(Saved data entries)
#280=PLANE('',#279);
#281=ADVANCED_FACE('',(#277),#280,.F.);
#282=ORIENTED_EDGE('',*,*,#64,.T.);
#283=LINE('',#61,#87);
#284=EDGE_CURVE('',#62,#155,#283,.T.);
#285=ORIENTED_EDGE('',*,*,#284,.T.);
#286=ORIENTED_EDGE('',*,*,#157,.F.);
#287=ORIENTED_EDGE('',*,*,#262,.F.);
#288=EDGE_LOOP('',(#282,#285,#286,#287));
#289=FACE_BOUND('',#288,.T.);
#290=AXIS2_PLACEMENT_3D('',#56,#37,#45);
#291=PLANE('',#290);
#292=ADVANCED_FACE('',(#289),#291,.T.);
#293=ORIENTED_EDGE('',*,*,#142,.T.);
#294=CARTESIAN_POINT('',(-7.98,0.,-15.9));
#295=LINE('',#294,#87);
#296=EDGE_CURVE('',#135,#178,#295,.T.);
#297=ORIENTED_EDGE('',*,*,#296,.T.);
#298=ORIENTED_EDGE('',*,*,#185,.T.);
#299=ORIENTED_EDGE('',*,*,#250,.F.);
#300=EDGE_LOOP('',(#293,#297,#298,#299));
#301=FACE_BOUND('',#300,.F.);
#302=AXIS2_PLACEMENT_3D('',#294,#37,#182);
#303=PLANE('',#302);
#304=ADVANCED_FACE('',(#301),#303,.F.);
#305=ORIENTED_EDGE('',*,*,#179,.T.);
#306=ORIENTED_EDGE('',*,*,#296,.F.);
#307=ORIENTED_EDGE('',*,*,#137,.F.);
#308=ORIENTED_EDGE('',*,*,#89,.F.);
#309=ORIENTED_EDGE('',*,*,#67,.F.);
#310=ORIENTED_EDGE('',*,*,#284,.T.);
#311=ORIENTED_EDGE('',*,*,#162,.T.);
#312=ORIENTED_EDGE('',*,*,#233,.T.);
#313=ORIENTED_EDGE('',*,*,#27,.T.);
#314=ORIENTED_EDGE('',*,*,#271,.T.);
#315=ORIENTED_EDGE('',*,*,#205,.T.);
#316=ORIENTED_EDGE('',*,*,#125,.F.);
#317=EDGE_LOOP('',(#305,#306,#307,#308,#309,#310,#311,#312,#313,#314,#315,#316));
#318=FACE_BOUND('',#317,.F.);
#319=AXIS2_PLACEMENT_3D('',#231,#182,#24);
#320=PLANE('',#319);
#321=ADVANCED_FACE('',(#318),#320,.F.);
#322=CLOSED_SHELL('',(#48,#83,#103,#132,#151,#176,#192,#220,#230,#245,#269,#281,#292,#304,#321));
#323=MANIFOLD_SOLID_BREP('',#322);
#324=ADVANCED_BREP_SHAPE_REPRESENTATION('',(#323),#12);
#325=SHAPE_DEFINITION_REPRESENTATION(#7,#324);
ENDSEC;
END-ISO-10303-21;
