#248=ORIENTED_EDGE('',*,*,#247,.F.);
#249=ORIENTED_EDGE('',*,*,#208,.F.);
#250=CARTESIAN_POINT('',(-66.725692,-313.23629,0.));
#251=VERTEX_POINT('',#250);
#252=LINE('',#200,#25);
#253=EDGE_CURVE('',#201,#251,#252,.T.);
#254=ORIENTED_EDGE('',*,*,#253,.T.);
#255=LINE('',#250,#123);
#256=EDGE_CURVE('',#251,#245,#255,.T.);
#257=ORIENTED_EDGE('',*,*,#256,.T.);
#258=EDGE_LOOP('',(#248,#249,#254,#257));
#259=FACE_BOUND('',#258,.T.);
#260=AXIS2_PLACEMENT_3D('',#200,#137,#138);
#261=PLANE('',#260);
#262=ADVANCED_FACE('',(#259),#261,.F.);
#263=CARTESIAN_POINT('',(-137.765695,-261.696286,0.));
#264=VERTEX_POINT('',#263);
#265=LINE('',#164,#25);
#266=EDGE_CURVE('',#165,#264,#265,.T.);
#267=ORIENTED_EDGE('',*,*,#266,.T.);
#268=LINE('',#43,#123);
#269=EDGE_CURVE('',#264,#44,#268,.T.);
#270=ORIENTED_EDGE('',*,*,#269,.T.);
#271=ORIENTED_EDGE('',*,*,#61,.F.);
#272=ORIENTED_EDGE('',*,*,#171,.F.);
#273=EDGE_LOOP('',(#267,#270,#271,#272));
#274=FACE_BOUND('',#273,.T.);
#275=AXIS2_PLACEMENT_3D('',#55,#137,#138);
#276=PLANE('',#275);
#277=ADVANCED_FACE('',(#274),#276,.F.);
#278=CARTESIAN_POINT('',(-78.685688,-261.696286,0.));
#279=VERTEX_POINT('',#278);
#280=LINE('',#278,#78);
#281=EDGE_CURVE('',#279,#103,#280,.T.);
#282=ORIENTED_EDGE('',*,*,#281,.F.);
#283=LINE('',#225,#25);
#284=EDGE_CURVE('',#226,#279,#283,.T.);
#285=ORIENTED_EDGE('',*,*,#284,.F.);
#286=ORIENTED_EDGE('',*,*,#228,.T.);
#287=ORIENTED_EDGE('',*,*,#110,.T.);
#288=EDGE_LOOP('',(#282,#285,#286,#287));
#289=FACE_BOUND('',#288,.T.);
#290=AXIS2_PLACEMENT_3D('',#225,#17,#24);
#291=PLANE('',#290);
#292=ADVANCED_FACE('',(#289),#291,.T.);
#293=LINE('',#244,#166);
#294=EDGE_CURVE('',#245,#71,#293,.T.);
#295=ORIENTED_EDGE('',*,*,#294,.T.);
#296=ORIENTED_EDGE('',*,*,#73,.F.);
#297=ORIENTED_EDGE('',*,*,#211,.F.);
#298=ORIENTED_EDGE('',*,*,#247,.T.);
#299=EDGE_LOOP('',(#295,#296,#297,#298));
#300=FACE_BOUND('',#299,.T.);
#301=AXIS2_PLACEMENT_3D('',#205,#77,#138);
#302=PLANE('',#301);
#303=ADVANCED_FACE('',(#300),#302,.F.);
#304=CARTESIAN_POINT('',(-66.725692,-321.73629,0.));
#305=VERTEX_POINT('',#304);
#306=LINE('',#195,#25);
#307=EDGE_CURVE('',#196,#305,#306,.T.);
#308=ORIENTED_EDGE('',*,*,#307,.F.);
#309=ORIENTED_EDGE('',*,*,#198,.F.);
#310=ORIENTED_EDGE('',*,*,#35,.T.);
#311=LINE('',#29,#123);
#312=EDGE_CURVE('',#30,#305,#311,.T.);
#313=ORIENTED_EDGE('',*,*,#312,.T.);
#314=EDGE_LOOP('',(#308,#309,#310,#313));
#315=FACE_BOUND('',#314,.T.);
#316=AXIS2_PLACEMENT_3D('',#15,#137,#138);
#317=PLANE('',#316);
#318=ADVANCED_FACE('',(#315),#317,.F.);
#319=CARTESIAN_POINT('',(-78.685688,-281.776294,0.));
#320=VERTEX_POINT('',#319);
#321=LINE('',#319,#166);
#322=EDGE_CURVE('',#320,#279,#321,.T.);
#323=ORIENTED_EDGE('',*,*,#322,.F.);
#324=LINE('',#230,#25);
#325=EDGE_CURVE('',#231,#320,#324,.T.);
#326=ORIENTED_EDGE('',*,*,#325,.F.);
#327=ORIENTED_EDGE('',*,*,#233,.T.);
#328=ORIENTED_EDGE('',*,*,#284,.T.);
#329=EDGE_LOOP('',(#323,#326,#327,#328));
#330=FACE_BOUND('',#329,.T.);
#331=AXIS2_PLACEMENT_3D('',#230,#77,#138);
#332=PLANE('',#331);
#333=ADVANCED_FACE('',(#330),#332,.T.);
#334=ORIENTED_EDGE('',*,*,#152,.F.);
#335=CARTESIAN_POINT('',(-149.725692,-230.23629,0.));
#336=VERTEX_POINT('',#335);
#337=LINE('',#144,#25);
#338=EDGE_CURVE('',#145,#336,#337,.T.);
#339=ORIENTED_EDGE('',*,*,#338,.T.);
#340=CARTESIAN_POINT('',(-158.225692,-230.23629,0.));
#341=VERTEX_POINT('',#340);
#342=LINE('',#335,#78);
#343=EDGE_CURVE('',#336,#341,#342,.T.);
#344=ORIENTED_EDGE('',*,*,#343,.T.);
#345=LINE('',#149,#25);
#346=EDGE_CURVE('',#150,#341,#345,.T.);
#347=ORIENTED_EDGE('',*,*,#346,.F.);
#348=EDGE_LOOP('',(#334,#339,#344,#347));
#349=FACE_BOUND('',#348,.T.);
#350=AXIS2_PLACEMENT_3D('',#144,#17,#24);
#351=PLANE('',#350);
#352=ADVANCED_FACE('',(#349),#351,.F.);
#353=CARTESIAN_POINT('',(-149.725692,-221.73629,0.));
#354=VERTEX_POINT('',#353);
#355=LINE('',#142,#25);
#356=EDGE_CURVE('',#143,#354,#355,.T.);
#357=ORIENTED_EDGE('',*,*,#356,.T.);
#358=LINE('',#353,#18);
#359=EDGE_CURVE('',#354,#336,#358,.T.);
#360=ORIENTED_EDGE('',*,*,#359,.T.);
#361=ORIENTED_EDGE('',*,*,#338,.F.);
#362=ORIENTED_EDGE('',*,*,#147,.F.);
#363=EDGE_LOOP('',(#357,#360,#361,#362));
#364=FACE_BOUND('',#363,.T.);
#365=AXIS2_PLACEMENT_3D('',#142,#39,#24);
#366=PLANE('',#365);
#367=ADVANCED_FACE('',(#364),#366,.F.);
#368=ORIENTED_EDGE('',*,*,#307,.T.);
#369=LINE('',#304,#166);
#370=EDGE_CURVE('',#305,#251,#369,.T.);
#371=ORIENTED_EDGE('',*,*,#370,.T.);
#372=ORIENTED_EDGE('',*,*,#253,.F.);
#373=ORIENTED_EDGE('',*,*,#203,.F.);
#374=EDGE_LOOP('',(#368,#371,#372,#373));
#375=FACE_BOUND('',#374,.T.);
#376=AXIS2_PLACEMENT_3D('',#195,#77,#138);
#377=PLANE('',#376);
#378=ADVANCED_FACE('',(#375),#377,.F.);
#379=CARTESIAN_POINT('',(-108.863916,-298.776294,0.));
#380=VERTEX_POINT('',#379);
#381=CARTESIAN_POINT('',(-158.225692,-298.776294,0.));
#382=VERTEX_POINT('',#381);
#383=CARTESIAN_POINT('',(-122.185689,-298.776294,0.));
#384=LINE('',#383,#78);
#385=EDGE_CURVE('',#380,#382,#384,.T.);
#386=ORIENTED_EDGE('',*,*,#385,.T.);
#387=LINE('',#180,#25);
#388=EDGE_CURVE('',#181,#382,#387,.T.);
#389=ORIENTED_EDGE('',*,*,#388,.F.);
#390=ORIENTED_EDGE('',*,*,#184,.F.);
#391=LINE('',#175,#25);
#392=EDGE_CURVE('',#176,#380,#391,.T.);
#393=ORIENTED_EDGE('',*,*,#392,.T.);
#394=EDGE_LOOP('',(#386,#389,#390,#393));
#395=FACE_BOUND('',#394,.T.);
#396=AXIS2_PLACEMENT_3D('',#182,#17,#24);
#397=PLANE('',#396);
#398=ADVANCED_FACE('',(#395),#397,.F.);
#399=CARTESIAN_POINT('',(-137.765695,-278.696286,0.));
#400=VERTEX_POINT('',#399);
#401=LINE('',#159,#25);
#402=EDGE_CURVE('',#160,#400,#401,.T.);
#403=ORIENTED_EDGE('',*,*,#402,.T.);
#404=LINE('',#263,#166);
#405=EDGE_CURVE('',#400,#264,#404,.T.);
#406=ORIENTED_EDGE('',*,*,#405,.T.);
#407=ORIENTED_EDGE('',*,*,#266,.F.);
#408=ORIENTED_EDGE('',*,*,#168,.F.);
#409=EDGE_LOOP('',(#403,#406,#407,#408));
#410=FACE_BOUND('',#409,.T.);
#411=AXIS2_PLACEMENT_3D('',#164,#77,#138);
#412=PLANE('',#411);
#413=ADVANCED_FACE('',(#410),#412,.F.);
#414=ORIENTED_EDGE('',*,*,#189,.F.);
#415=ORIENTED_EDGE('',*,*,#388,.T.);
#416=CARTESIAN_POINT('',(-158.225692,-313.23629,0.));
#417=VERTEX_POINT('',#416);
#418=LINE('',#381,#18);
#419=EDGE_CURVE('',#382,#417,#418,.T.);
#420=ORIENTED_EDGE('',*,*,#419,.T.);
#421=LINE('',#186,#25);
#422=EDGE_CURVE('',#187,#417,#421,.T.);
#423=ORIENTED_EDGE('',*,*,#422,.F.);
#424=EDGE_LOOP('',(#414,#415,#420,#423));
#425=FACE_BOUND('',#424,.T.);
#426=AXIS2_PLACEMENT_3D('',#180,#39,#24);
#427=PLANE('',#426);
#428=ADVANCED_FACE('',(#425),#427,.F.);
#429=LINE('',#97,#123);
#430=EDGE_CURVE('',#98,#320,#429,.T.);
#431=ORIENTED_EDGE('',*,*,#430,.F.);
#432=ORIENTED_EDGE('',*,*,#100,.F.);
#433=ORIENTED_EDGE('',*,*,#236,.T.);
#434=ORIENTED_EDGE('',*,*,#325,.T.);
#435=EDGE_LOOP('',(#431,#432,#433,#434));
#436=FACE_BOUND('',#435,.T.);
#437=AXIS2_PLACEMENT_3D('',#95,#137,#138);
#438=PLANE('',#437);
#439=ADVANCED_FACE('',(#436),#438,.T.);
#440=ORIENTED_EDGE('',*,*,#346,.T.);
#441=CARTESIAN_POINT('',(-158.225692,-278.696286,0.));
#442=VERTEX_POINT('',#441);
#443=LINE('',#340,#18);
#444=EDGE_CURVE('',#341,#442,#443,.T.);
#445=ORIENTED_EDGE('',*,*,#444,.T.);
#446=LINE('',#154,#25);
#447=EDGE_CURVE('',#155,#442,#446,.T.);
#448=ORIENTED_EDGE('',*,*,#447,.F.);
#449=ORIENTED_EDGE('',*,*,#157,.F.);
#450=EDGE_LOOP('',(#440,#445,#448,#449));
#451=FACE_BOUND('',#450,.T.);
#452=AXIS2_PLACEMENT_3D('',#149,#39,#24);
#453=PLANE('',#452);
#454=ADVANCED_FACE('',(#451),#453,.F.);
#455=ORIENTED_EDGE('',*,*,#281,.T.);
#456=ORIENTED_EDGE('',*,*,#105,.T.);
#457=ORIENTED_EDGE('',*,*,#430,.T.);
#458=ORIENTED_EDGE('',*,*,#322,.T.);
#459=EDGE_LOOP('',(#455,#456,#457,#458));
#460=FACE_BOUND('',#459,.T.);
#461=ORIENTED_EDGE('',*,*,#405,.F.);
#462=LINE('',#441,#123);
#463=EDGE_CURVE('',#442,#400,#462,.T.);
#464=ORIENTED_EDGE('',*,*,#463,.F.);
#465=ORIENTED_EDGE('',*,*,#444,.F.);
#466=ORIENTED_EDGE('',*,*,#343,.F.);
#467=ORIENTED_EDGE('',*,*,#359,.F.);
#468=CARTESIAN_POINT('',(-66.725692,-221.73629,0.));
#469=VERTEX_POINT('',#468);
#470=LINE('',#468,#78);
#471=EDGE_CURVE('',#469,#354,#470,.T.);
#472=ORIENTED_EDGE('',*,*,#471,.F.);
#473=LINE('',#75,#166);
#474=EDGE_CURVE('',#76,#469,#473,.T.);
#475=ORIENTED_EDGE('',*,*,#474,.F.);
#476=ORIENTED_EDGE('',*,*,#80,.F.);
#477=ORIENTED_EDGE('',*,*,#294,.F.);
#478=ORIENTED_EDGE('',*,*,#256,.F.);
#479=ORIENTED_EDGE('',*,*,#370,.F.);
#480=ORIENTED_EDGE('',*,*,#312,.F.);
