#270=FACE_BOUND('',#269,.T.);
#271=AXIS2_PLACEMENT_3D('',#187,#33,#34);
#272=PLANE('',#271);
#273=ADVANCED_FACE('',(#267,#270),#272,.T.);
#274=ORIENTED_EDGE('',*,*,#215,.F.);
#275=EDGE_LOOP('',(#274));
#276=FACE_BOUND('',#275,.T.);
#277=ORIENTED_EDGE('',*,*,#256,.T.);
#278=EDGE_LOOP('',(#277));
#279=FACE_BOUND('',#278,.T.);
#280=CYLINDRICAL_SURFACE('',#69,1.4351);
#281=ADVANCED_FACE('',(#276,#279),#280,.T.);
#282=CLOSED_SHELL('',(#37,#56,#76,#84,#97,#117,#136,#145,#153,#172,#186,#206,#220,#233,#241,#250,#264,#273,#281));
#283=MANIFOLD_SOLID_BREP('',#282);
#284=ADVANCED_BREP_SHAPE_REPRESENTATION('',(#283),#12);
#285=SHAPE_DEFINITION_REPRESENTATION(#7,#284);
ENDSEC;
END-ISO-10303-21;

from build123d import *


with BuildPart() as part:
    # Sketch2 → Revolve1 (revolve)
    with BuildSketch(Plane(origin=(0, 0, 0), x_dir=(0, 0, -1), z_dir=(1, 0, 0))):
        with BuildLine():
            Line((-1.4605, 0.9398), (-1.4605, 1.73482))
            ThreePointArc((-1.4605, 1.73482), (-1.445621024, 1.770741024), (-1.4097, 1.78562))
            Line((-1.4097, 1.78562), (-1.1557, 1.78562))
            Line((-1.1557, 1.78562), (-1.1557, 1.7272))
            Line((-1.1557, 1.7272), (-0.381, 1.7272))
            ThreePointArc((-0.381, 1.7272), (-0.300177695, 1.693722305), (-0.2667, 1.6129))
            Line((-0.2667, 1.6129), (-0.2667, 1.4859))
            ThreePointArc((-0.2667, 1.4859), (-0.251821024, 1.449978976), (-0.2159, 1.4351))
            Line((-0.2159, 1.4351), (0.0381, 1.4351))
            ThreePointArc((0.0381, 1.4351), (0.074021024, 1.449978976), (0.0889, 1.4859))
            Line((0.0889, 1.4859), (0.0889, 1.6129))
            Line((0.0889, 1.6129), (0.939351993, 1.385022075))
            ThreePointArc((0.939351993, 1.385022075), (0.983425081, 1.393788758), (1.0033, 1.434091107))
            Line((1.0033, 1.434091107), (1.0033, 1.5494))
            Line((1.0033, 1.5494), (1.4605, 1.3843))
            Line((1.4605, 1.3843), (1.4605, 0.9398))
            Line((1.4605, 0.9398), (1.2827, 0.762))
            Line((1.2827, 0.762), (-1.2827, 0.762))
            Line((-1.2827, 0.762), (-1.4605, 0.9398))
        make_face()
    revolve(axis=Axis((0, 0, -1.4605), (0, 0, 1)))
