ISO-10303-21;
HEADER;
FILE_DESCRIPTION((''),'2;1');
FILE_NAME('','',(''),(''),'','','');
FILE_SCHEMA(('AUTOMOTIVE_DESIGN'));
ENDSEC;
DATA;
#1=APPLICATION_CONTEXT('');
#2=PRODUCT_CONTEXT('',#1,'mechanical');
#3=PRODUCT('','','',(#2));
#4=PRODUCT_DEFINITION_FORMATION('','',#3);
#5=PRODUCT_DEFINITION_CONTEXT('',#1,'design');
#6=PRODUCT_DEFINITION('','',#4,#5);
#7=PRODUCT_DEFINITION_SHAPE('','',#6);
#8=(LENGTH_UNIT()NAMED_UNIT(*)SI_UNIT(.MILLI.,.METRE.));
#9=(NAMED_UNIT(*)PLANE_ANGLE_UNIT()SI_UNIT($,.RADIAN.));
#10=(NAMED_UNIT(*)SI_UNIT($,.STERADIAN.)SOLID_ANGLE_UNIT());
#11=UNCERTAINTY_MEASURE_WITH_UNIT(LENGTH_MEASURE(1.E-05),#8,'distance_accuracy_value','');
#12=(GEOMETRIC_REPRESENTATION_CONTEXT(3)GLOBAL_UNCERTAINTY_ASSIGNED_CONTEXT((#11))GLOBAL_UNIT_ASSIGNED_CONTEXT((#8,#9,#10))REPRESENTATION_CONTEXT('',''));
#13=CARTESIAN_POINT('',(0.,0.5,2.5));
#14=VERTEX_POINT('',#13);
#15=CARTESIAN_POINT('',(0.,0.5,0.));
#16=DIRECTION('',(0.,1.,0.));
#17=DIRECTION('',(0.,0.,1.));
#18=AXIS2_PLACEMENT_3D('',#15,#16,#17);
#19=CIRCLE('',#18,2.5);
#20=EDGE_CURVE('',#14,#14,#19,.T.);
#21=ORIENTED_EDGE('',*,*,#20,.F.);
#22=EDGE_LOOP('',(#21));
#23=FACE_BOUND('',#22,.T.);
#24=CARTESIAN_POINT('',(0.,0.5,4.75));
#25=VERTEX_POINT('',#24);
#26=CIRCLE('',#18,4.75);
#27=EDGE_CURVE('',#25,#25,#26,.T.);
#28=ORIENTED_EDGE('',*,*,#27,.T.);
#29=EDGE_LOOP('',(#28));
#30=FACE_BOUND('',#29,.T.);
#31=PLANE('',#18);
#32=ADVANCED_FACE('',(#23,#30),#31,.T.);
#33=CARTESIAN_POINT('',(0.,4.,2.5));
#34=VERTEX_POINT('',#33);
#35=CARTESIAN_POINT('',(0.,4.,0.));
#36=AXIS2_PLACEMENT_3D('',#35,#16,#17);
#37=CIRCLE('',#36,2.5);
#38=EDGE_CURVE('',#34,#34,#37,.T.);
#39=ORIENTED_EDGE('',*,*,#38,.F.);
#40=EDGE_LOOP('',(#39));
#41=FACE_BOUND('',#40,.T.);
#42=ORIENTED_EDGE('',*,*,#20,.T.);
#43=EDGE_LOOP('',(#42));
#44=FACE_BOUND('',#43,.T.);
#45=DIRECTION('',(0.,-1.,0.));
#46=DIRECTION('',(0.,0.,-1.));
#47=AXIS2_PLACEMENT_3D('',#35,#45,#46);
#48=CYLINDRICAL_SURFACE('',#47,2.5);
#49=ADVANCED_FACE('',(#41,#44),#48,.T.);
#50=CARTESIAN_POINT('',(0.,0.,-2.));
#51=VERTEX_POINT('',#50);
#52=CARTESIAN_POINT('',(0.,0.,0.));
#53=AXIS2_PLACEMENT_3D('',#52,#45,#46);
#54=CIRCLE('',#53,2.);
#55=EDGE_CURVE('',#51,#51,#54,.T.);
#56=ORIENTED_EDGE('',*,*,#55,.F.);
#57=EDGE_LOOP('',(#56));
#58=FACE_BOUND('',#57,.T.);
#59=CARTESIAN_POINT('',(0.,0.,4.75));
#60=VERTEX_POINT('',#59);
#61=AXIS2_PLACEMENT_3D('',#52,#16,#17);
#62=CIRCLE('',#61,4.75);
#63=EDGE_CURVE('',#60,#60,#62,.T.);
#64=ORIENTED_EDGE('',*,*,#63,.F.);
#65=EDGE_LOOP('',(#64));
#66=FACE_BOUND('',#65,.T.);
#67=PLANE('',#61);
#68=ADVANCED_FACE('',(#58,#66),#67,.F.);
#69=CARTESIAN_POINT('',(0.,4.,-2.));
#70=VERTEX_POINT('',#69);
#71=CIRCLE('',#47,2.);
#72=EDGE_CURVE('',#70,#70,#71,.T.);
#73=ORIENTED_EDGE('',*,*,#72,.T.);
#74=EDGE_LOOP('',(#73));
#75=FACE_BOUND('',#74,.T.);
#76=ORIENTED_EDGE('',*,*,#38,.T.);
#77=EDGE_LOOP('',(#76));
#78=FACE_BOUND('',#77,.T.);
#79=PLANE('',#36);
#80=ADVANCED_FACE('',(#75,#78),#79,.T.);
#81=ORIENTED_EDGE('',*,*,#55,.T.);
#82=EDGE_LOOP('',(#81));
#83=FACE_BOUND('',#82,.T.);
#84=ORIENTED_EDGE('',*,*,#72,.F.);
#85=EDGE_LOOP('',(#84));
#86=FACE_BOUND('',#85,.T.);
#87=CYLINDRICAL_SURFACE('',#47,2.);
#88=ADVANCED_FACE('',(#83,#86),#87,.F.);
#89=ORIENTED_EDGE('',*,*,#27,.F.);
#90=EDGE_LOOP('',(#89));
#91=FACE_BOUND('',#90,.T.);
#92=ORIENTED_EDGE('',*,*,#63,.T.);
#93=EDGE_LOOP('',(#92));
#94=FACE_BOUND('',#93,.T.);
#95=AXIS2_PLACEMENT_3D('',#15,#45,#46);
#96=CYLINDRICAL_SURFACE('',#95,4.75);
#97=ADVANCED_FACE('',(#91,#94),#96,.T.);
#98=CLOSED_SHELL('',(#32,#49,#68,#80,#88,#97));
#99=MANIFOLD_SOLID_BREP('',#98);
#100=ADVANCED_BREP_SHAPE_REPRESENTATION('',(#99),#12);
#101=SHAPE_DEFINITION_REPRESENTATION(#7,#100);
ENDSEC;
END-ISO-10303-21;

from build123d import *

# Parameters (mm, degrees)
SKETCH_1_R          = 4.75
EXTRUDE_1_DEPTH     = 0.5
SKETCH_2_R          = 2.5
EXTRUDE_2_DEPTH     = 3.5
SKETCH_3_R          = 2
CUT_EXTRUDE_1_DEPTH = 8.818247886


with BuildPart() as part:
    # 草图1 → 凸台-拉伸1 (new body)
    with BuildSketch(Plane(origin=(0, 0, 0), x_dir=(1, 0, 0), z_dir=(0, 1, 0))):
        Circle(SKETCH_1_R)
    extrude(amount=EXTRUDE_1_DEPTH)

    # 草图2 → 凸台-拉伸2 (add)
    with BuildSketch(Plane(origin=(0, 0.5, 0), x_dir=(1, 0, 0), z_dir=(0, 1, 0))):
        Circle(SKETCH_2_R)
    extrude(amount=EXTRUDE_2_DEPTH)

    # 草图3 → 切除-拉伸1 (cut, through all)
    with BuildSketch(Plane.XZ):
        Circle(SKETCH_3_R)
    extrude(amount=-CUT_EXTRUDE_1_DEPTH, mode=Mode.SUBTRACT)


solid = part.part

* [Instructions to follow]: Could you transcribe the entries above word for word, from the line with "#394=EDGE_LOOP('',(#386,#389,#390,#393));" down to the line with "#438=PLANE('',#437);", keeping both?

* [Solution to the exercise]:
#394=EDGE_LOOP('',(#386,#389,#390,#393));
#395=FACE_BOUND('',#394,.T.);
#396=AXIS2_PLACEMENT_3D('',#182,#17,#24);
#397=PLANE('',#396);
#398=ADVANCED_FACE('',(#395),#397,.F.);
#399=CARTESIAN_POINT('',(-137.765695,-278.696286,0.));
#400=VERTEX_POINT('',#399);
#401=LINE('',#159,#25);
#402=EDGE_CURVE('',#160,#400,#401,.T.);
#403=ORIENTED_EDGE('',*,*,#402,.T.);
#404=LINE('',#263,#166);
#405=EDGE_CURVE('',#400,#264,#404,.T.);
#406=ORIENTED_EDGE('',*,*,#405,.T.);
#407=ORIENTED_EDGE('',*,*,#266,.F.);
#408=ORIENTED_EDGE('',*,*,#168,.F.);
#409=EDGE_LOOP('',(#403,#406,#407,#408));
#410=FACE_BOUND('',#409,.T.);
#411=AXIS2_PLACEMENT_3D('',#164,#77,#138);
#412=PLANE('',#411);
#413=ADVANCED_FACE('',(#410),#412,.F.);
#414=ORIENTED_EDGE('',*,*,#189,.F.);
#415=ORIENTED_EDGE('',*,*,#388,.T.);
#416=CARTESIAN_POINT('',(-158.225692,-313.23629,0.));
#417=VERTEX_POINT('',#416);
#418=LINE('',#381,#18);
#419=EDGE_CURVE('',#382,#417,#418,.T.);
#420=ORIENTED_EDGE('',*,*,#419,.T.);
#421=LINE('',#186,#25);
#422=EDGE_CURVE('',#187,#417,#421,.T.);
#423=ORIENTED_EDGE('',*,*,#422,.F.);
#424=EDGE_LOOP('',(#414,#415,#420,#423));
#425=FACE_BOUND('',#424,.T.);
#426=AXIS2_PLACEMENT_3D('',#180,#39,#24);
#427=PLANE('',#426);
#428=ADVANCED_FACE('',(#425),#427,.F.);
#429=LINE('',#97,#123);
#430=EDGE_CURVE('',#98,#320,#429,.T.);
#431=ORIENTED_EDGE('',*,*,#430,.F.);
#432=ORIENTED_EDGE('',*,*,#100,.F.);
#433=ORIENTED_EDGE('',*,*,#236,.T.);
#434=ORIENTED_EDGE('',*,*,#325,.T.);
#435=EDGE_LOOP('',(#431,#432,#433,#434));
#436=FACE_BOUND('',#435,.T.);
#437=AXIS2_PLACEMENT_3D('',#95,#137,#138);
#438=PLANE('',#437);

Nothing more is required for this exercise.